Elric, the moody-eyed wanderer — a lonely man who fought a world, living by his wits and his runesword Stormbringer. Elric, last lord of Melnibonè, last worshipper of its grotesque and beautiful gods — reckless reaver and cynical slayer — torn by great griefs and with knowledge locked in his skull which would turn lesser men to babbling idiots. Elric, moulder of madnesses, dabbler in wild delights. . .

Very cool indeed. The temporal indeterminacy (borrowed by Robert Jordan?) makes for extra hauntingness, while in the insistence that “Time is an agony of Now” — such a Sixties sentiment — the reader can almost feel the tremors of the coming youthquake. And the “powers greater than men” who step in so banefully, do they echo the Olympians’ animus against Atlantis?

Another echo might be detectable in the specifics when Elric himself is introduced: the Nemedian Chronicles conjure a figure “sullen-eyed, sword in hand, a thief, a reaver, a slayer, with gigantic melancholies and gigantic mirth. . .”; note that Michael Moorcock’s albino is a “reckless reaver and cynical slayer,” and what’s more possessed of “bitter brooding and gusty humour.” (Even if we ignore the similarity to “gigantic melancholies and gigantic mirth,” “gusty” is an extremely Howardian adjective).

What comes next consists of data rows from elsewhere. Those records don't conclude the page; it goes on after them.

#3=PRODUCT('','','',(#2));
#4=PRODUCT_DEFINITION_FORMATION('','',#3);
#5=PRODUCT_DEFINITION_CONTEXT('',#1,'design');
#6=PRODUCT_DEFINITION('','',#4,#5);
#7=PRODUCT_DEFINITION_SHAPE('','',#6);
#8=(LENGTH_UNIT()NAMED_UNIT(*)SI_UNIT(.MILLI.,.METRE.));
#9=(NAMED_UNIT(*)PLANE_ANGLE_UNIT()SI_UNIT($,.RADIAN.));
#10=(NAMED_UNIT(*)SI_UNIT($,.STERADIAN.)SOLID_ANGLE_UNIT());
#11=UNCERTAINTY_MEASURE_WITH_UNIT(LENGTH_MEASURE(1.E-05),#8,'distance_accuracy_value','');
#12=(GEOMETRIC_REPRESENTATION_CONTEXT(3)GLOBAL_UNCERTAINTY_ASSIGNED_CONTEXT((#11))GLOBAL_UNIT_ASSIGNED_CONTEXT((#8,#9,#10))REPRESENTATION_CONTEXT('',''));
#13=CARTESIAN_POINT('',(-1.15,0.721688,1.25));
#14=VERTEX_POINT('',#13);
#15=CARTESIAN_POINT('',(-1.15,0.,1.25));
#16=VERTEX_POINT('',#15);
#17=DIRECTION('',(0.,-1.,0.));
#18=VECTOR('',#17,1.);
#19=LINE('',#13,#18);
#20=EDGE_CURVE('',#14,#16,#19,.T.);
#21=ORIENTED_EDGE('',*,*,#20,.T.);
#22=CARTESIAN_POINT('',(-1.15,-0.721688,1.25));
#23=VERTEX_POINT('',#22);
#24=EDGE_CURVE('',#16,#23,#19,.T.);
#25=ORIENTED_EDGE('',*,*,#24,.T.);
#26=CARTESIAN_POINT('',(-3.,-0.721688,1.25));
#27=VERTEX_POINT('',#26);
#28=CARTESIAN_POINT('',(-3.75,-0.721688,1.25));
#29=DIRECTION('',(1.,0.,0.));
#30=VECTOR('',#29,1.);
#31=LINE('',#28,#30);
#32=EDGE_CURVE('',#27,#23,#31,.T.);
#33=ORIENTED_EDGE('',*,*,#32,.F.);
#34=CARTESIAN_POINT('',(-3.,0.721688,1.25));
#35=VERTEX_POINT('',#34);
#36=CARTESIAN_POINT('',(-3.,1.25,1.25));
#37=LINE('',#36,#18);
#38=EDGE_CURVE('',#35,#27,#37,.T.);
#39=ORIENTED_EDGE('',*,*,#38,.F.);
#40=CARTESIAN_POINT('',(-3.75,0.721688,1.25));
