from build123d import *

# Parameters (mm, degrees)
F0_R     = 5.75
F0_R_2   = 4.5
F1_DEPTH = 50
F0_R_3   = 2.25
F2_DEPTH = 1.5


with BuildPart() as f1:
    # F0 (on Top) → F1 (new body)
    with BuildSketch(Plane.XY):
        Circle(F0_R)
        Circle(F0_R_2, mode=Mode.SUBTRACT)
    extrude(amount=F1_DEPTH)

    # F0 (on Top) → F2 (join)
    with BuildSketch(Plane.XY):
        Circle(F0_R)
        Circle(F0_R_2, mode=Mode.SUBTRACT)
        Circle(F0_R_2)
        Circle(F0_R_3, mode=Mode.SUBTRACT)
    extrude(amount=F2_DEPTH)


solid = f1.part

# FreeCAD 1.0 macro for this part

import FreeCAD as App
import Part
import Sketcher
from FreeCAD import Vector

doc = App.newDocument("Part")
params = doc.addObject("Spreadsheet::Sheet", "Params")
for row, (alias, value) in enumerate([
    ("sketch1_diameter", "9 mm"),
    ("sketch1_diameter2", "11.5 mm"),
    ("pad1_length", "50 mm"),
    ("sketch2_diameter", "11.5 mm"),
    ("sketch2_diameter2", "4.5 mm"),
    ("pad2_length", "1.5 mm"),
], start=1):
    params.set(f"A{row}", alias)
    params.set(f"B{row}", "=" + value)
    params.setAlias(f"B{row}", alias)

body = doc.addObject("PartDesign::Body", "Body")

# Sketch on XY plane
sketch1 = body.newObject("Sketcher::SketchObject", "Sketch")
sketch1.AttachmentSupport = (doc.getObject("XY_Plane"), [""])
sketch1.MapMode = "FlatFace"
sketch1.addGeometry([
    Part.Circle(Vector(0, 0, 0), Vector(0, 0, 1), 5.75),
    Part.Circle(Vector(0, 0, 0), Vector(0, 0, 1), 4.5),
], False)
sketch1.addConstraint([
    Sketcher.Constraint("Coincident", 0, 3, -1, 1),
    Sketcher.Constraint("Coincident", 1, 3, -1, 1),
    Sketcher.Constraint("Diameter", 1, 9.0),
    Sketcher.Constraint("Diameter", 0, 11.5),
])
sketch1.setExpression("Constraints[2]", "Params.sketch1_diameter")
sketch1.setExpression("Constraints[3]", "Params.sketch1_diameter2")
pad1 = body.newObject("PartDesign::Pad", "Pad")
pad1.Profile = sketch1
pad1.setExpression("Length", "Params.pad1_length")

# Sketch on XY plane
sketch2 = body.newObject("Sketcher::SketchObject", "Sketch001")
sketch2.AttachmentSupport = (doc.getObject("XY_Plane"), [""])
sketch2.MapMode = "FlatFace"
sketch2.addGeometry([
    Part.Circle(Vector(0, 0, 0), Vector(0, 0, 1), 5.75),
    Part.Circle(Vector(0, 0, 0), Vector(0, 0, 1), 2.25),
], False)
sketch2.addConstraint([
    Sketcher.Constraint("Coincident", 0, 3, -1, 1),
    Sketcher.Constraint("Coincident", 1, 3, -1, 1),
    Sketcher.Constraint("Diameter", 0, 11.5),
    Sketcher.Constraint("Diameter", 1, 4.5),
])
sketch2.setExpression("Constraints[2]", "Params.sketch2_diameter")
sketch2.setExpression("Constraints[3]", "Params.sketch2_diameter2")
pad2 = body.newObject("PartDesign::Pad", "Pad001")
pad2.Profile = sketch2
pad2.setExpression("Length", "Params.pad2_length")

doc.recompute()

As it happens MM is more upfront than ever before about REH in his must-read introduction to Del Rey’s Elric: The Stealer of Souls (Chronicles of the Last Emperor of Melniboné, Volume I):

Over a period of time following almost exactly the period in which I was writing the first Elric stories, I was inclined to distance myself from the work of Robert E. Howard, even though he had been an important influence (unlike Lovecraft, for whom I had no taste). Over the years I have seen many other writers put space between themselves and their main sources of inspiration and have come to understand it as an important, if not particularly admirable, part of the process of trying to make one’s individual mark.
In recent times I have also given Howard due credit and even by the early 1960s was perfectly happy to announce him as an important influence.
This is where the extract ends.